The reason I'm here is to solicit other ideas or advise. :help: There isn't really an option to put the stove any place else, the kitchen appears to have been an afterthought which barely has enough room to walk through.

Thank you again for any suggestions or ideas.


----------



## nealtw (May 30, 2016)

Diamond blade in the skill saw and cut groves the depth you want and the chisel whats left would be much faster.


----------



## dosmastr (May 30, 2016)

I never would have thought of that because I'm paranoid of breaking something!

Could probably sand down after chiseling to make it presentable right?
or am i wishfully thinking at this point that it could be decent looking at all after what i do to it?


----------



## nealtw (May 30, 2016)

If it is beside the stove, who will ever see it.
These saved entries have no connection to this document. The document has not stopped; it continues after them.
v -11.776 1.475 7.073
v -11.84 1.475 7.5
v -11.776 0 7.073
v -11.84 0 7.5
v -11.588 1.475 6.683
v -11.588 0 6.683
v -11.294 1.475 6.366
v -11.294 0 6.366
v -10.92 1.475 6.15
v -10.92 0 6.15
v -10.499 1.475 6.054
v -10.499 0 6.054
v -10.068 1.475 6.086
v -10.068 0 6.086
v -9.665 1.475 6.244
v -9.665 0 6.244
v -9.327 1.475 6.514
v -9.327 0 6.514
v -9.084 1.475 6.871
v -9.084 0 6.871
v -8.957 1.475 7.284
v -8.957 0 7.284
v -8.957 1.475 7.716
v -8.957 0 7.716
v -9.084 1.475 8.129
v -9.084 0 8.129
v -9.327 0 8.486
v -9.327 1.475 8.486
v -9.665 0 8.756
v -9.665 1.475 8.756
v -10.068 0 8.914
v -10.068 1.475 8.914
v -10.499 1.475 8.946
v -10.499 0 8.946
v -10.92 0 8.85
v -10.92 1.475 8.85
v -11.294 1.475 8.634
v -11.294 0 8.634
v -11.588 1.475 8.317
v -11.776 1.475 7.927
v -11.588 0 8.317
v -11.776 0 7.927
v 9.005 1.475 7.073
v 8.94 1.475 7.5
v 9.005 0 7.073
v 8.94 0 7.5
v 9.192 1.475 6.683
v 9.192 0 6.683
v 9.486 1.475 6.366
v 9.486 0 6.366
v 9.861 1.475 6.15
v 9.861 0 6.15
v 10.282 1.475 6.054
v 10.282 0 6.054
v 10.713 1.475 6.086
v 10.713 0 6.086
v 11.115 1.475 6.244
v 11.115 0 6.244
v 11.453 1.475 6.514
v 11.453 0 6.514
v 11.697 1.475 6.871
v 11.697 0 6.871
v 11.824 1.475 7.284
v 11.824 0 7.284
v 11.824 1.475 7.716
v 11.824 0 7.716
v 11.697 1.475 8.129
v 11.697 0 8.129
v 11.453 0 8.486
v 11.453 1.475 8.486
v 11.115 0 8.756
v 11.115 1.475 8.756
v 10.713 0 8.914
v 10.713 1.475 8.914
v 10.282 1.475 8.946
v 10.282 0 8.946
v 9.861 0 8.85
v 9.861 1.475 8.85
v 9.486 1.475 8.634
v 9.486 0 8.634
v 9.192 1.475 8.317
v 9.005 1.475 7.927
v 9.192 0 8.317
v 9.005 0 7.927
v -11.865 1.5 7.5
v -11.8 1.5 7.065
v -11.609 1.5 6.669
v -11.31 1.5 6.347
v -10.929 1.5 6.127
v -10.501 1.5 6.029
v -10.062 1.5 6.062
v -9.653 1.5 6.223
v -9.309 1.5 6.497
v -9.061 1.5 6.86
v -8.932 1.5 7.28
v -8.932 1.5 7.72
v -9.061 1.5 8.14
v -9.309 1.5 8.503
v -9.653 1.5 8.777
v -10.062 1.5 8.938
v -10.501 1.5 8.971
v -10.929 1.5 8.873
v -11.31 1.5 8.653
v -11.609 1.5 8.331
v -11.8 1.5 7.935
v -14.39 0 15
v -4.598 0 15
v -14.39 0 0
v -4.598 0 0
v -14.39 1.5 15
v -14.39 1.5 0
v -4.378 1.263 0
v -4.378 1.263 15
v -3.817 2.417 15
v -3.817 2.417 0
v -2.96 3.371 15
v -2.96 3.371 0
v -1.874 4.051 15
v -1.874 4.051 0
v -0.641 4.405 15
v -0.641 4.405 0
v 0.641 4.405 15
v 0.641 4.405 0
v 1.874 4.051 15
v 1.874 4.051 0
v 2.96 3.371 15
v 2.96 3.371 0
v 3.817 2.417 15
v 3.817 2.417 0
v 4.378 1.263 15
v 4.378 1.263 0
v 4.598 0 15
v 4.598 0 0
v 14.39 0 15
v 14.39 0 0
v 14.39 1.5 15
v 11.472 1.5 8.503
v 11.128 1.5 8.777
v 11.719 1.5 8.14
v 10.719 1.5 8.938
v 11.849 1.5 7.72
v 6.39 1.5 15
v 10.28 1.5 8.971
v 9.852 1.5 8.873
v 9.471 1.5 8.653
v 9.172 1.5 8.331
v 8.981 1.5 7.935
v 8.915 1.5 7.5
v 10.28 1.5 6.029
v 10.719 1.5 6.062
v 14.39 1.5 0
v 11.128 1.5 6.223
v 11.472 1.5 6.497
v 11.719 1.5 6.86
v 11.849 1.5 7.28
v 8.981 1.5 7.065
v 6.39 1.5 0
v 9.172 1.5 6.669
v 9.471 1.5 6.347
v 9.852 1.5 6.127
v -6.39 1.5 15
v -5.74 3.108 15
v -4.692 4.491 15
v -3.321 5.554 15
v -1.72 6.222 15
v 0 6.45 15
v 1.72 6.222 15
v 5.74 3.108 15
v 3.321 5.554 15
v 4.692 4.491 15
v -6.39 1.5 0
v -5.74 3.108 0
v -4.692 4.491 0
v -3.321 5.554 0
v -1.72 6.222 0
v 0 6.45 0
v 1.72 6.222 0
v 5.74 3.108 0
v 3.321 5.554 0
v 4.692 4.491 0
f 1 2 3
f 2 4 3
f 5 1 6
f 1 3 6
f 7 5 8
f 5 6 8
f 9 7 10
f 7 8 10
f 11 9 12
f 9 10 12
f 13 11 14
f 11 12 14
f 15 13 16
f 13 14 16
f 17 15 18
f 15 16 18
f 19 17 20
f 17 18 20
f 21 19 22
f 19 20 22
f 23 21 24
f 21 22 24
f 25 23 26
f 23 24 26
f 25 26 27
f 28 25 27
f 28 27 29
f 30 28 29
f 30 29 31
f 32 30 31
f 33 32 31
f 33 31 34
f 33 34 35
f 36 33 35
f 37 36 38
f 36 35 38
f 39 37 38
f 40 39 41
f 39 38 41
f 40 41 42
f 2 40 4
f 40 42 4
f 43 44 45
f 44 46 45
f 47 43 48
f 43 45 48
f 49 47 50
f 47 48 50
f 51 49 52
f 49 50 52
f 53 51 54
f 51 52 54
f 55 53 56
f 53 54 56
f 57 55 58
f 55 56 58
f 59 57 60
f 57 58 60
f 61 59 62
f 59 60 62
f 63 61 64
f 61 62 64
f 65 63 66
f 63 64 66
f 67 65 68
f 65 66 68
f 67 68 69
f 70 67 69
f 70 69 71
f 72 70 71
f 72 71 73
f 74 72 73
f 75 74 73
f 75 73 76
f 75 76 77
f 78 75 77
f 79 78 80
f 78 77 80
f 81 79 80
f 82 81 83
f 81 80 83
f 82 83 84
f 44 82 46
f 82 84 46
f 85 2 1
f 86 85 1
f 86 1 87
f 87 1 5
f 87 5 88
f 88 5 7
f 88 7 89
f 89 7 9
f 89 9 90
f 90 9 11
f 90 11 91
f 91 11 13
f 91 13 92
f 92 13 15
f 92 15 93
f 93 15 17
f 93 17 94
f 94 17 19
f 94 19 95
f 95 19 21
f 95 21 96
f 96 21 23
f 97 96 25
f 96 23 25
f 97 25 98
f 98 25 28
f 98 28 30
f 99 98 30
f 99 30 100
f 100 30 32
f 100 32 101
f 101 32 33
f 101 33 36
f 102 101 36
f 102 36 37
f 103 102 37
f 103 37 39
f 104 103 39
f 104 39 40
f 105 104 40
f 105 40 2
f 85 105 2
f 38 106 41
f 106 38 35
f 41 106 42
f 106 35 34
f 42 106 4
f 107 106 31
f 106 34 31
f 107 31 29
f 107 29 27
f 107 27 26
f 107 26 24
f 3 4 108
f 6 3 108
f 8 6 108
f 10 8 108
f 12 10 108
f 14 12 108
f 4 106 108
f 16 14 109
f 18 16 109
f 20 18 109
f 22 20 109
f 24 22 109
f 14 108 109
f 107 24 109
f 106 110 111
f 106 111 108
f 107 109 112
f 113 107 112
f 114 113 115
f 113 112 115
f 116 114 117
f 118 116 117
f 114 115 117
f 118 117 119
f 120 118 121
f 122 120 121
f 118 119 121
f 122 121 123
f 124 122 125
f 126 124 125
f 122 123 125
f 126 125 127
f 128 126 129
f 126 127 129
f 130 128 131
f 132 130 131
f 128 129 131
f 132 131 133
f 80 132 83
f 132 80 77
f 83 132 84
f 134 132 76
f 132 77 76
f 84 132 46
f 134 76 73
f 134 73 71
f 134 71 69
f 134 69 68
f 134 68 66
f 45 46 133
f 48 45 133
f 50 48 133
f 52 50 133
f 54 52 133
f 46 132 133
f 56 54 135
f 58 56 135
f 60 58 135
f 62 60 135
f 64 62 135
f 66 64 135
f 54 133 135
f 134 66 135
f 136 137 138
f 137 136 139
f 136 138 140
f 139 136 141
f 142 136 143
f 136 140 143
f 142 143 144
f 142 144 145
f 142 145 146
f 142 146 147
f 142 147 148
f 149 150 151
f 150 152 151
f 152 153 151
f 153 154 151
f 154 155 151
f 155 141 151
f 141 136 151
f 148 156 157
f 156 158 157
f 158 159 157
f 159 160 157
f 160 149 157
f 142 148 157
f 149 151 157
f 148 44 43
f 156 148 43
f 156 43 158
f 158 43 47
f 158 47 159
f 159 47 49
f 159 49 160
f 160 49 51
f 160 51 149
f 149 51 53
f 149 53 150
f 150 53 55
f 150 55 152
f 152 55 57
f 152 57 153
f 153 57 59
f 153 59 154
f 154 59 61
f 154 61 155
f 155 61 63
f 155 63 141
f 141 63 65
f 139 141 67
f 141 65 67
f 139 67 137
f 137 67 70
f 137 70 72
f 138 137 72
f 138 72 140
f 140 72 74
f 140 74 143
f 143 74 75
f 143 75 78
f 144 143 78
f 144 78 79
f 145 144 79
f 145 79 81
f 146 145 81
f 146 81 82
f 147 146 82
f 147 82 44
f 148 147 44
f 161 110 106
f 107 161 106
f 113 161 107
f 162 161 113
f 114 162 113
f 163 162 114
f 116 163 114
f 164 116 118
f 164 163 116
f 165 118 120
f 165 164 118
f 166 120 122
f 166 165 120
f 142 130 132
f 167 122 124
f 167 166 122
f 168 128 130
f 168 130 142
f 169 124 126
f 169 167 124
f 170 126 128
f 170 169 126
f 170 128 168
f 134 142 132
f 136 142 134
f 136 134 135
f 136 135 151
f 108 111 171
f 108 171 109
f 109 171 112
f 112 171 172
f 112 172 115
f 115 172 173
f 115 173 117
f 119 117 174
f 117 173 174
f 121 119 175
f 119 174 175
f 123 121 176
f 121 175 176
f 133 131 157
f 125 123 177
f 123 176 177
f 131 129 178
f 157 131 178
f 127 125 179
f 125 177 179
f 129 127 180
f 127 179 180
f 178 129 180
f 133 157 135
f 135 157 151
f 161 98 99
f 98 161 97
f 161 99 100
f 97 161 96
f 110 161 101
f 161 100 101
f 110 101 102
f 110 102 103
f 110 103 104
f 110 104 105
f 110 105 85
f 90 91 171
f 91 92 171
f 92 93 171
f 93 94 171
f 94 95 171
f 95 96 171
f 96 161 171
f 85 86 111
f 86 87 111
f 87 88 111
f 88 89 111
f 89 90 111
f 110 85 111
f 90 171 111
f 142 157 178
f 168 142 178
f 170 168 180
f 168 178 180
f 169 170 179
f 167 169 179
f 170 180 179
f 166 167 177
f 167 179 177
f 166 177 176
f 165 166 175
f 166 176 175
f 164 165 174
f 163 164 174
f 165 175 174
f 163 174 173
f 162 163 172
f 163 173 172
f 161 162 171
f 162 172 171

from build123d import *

# Parameters (mm, degrees)
BOSS_EXTRUDE1_DEPTH              = 15
M2_5_CLEARANCE_HOLE1_D           = 2.9
M2_5_CLEARANCE_HOLE1_CSINK_D     = 2.95
M2_5_CLEARANCE_HOLE1_CSINK_ANGLE = 90


with BuildPart() as part:
    # Sketch1 → Boss-Extrude1 (new body)
    with BuildSketch(Plane.XY):
        with BuildLine():
            Line((-14.390422521, 0), (-4.597553697, 0))
            ThreePointArc((-4.597553697, 0), (0, 4.45), (4.597553697, 0))
            Line((4.597553697, 0), (14.390422521, 0))
            Line((14.390422521, 0), (14.390422521, 1.5))
            Line((14.390422521, 1.5), (6.390422521, 1.5))
            ThreePointArc((6.390422521, 1.5), (0, 6.45), (-6.390422521, 1.5))
            Line((-6.390422521, 1.5), (-14.390422521, 1.5))
            Line((-14.390422521, 1.5), (-14.390422521, 0))
        make_face()
    extrude(amount=BOSS_EXTRUDE1_DEPTH)

    # M2.5 Clearance Hole1 (through all)
    with Locations(Plane(origin=(0, 1.5, 0), x_dir=(1, 0, 0), z_dir=(0, 1, 0))):
        with Locations((-10.390422521, -7.5), (10.390422521, -7.5)):
            CounterSinkHole(M2_5_CLEARANCE_HOLE1_D / 2, M2_5_CLEARANCE_HOLE1_CSINK_D / 2, counter_sink_angle=M2_5_CLEARANCE_HOLE1_CSINK_ANGLE)


solid = part.part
But it might be a place to add a layer of plaster after.


----------



## beachguy005 (May 30, 2016)

Brick is pretty soft and I'm not sure I would chisel it.  I would use an angle grinder with a masonry cut off wheel, and or a grinding wheel.  It will be dusty so have someone hold a shopvac when you trim.  Like these...

http://www.harborfreight.com/pack-o...wheel-assortment-for-metal-masonry-47569.html


----------



## dosmastr (Jun 4, 2016)

I appreciate the help guys, I ended up using a chisel along with the diamond tip circular saw.  I spent too much time chiseling and not enough sawing for sure but It looks a little less ghastly... now I just need to fade it into where I didn't need to chisel out.

The grout the used is hard like sidewalk pavement!!
Used the saw like an angle grinder on some of the thicker pieces after pulling both my chisels twice without more than a few grains coming off!


Now the only issue left is the water for the fridge but that another thread.

thank you again!!


----------



## totalfloorservice (Jun 4, 2016)

I agree with nealtw


----------



## marshallmosby56 (Jul 3, 2016)

nealtw said:


> If it is beside the stove, who will ever see it. But it might be a place to add a layer of plaster after.



Exactly, I would also not worry if it gets a bit messy below the stove. For sides there is always an option to make it better with plaster.


----------